Ecotypic responses to flood and drought in tea tree (Melaleuca alternifolia)

Mervyn Shepherd A B , Rachel Wood A , Camilla Bloomfield A and Carolyn Raymond A
+ Author Affiliations
- Author Affiliations

A Southern Cross Plant Science, Southern Cross University, Military Road, Lismore, NSW 2480, Australia.

B Corresponding author. Email: Mervyn.Shepherd@scu.edu.au

Crop and Pasture Science 66(8) 864-876 https://doi.org/10.1071/CP14311
Submitted: 5 November 2014  Accepted: 7 April 2015   Published: 31 July 2015

Abstract

Plantation-grown Melaleuca alternifolia (tea tree) is the principal source of tea tree oil in Australia. Upland and coastal ecotypes of tea tree were grown in a common environment to test responses in root, shoot and developmental attributes to four hydrological conditions. Consistent with its wetland origins, tea tree exhibited morphological adaptations for flood tolerance, with both ecotypes possessing a similar maximal capacity for adventitious roots and aerenchyma. Despite adaptation to flood, growth was reduced under prolonged flood relative to a well-watered control, and to a similar degree in both ecotypes.
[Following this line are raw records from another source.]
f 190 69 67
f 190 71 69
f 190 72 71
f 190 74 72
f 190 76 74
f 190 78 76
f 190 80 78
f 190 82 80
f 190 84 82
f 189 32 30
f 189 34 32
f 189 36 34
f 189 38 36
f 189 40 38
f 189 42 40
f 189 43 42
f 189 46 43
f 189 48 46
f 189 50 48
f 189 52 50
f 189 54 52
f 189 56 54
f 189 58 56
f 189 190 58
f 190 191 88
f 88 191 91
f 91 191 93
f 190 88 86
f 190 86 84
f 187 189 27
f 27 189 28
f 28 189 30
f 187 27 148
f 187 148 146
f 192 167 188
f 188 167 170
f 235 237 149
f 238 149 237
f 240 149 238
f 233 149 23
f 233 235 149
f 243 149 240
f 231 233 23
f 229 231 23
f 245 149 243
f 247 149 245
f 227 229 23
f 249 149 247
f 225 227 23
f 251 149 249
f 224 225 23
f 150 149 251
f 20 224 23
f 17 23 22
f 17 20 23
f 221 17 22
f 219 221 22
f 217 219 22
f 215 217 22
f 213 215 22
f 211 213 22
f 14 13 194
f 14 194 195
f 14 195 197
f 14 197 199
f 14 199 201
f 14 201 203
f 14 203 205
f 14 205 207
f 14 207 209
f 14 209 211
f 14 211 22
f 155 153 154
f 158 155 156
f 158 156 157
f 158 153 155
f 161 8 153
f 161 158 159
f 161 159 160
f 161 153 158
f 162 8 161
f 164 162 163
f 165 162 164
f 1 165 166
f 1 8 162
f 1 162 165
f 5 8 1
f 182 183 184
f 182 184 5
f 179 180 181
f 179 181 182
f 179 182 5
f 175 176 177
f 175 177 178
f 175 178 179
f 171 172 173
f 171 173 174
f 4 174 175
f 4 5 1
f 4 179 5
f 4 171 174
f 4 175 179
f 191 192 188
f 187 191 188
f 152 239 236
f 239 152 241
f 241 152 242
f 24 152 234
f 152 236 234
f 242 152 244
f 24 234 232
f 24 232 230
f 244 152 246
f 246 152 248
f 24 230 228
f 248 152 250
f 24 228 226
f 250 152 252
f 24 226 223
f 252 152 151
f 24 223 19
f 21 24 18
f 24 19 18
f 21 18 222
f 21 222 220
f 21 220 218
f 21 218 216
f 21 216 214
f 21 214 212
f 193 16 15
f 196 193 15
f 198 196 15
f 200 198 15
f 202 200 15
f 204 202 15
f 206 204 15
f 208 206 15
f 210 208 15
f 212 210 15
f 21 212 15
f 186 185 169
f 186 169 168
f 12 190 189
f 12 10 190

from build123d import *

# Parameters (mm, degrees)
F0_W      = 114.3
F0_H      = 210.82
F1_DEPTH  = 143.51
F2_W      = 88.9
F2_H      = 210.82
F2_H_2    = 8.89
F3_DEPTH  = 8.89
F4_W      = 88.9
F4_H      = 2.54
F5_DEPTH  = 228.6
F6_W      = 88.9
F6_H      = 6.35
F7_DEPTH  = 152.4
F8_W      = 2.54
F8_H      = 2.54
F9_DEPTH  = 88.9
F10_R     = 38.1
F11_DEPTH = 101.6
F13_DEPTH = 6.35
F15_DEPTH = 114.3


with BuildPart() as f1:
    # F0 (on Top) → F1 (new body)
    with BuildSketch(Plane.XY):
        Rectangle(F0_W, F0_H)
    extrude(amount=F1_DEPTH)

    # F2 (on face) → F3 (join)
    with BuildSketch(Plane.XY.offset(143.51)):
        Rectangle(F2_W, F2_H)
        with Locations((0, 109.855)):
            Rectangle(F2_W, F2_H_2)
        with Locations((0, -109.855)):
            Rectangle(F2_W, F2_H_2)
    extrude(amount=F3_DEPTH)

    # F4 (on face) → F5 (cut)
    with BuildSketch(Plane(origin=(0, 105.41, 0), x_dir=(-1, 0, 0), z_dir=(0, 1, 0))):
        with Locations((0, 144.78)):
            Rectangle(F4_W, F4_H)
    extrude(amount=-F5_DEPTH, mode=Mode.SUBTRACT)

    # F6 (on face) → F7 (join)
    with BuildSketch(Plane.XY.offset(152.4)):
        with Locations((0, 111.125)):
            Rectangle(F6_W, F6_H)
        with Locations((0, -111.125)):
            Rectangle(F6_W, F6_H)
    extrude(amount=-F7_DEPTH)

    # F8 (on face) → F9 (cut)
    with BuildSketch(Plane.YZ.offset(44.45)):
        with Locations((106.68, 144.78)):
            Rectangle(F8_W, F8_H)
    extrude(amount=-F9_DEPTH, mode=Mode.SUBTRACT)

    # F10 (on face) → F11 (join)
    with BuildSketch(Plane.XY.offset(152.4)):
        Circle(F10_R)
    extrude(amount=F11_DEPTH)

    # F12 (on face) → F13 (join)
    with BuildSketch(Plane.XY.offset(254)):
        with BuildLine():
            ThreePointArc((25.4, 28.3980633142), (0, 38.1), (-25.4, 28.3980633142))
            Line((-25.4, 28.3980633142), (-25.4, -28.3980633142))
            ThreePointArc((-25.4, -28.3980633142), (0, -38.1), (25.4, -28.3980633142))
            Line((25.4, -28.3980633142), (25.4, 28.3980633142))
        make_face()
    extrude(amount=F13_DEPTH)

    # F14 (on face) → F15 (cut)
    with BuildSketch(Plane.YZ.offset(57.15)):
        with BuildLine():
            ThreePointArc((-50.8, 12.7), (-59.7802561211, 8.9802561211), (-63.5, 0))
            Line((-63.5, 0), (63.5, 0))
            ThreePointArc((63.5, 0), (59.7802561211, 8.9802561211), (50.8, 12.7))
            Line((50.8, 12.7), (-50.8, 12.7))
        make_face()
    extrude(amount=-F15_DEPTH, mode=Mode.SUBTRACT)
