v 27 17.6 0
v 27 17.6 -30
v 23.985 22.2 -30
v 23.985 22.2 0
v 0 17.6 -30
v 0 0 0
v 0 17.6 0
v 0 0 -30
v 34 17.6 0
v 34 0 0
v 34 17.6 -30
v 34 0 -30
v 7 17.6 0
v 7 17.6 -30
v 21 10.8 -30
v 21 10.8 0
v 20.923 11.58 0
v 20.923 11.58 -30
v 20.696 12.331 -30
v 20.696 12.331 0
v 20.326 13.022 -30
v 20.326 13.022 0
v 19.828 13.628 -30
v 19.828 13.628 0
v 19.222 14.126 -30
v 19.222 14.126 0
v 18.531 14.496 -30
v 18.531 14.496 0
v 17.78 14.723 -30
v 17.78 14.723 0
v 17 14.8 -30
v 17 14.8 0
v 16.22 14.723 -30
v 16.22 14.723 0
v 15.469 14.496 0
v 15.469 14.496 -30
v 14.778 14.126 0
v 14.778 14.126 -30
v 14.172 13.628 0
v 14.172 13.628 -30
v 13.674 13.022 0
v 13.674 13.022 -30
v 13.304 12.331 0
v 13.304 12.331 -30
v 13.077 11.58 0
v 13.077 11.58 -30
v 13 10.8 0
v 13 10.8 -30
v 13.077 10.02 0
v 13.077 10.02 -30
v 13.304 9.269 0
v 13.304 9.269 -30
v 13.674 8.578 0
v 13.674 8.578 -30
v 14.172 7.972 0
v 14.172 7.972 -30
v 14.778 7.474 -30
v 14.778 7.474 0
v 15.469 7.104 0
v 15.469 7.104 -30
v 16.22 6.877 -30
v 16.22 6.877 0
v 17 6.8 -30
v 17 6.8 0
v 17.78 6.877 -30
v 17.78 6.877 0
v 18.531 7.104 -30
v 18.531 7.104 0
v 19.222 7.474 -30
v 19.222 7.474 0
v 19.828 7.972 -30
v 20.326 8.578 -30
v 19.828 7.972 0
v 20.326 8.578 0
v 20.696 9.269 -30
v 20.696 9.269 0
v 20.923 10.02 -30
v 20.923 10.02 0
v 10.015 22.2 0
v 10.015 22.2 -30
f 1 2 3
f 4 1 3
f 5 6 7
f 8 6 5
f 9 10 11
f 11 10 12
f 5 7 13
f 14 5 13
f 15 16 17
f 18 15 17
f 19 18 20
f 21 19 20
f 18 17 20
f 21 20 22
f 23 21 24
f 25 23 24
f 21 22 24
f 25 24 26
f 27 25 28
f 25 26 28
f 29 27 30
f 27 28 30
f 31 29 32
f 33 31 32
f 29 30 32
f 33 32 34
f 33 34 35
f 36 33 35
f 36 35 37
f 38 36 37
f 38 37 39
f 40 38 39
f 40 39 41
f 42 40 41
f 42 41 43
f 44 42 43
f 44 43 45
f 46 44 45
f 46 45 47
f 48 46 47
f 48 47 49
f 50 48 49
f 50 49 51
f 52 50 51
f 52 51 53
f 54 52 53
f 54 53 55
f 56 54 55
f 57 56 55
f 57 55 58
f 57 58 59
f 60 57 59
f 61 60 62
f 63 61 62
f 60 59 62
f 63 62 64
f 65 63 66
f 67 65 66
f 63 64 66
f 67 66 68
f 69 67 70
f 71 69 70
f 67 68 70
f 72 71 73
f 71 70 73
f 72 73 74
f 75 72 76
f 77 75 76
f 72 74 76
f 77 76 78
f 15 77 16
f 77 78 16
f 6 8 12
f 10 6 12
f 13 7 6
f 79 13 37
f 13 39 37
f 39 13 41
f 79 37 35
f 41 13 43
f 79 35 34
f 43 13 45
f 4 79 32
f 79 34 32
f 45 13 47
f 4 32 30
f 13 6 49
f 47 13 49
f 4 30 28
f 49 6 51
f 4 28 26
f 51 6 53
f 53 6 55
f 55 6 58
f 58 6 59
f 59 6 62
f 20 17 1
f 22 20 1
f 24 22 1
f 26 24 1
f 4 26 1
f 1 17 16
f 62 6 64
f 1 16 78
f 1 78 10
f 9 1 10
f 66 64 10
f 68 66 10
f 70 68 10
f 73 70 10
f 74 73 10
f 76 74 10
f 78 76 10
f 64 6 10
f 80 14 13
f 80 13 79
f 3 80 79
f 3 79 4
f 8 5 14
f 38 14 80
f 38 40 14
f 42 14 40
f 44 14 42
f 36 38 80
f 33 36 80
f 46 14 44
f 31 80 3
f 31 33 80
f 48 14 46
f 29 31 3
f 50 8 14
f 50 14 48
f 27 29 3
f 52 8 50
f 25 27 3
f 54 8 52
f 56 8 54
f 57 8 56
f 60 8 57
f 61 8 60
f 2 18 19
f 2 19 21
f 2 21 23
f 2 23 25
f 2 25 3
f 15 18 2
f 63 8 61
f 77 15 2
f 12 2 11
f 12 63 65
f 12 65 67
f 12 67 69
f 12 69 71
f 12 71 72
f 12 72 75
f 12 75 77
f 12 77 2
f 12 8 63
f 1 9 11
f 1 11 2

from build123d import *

# Parameters (mm, degrees)
SKETCH1_W           = 34
SKETCH1_H           = 30
BOSS_EXTRUDE1_DEPTH = 22.2
CUT_EXTRUDE1_DEPTH  = 51.486037674
SKETCH3_R           = 4
CUT_EXTRUDE2_DEPTH  = 51.486037674


with BuildPart() as part:
    # Sketch1 → Boss-Extrude1 (new body)
    with BuildSketch(Plane(origin=(0, 0, 0), x_dir=(1, 0, 0), z_dir=(0, 1, 0))):
        with Locations((17, 15)):
            Rectangle(SKETCH1_W, SKETCH1_H)
    extrude(amount=BOSS_EXTRUDE1_DEPTH)

    # Sketch2 → Cut-Extrude1 (cut, through all)
    with BuildSketch(Plane.XY):
        Polygon((34, 17.6), (27, 17.6), (23.985037314, 22.2), (34, 22.2), align=None)
        Polygon((0, 22.2), (0, 17.6), (7, 17.6), (10.014962686, 22.2), align=None)
    extrude(amount=-CUT_EXTRUDE1_DEPTH, mode=Mode.SUBTRACT)

    # Sketch3 → Cut-Extrude2 (cut, through all)
    with BuildSketch(Plane.XY):
        with Locations((17, 10.8)):
            Circle(SKETCH3_R)
    extrude(amount=-CUT_EXTRUDE2_DEPTH, mode=Mode.SUBTRACT)


solid = part.part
Coastal plants responded more rapidly to flood, suggesting that upland plants may delay costly morphological modifications until flooding is more protracted. Mild water deficit (drought) had a greater impact on growth and development than flooding, and upon coastal than upland plants. Relatively lower impact of drought on biomass and branch whorl number in upland plants was probably due to a constitutively higher root : shoot biomass ratio buffering against retarded development and growth. This study was the first step in identifying genetically controlled abiotic stress tolerances that may be useful for further domestication of tea tree. The potential to improve drought tolerance appeared most promising; however, further work will require consideration of appropriate breeding strategies given the low-resource-adapted population origins of tolerance alleles, and it should be prefaced by a clear definition of the target deployment environment and include testing of yield variables of economic value in target environments.

Additional keywords: adaptation, adventitious rooting, aerenchyma, plasticity, root : shoot ratio.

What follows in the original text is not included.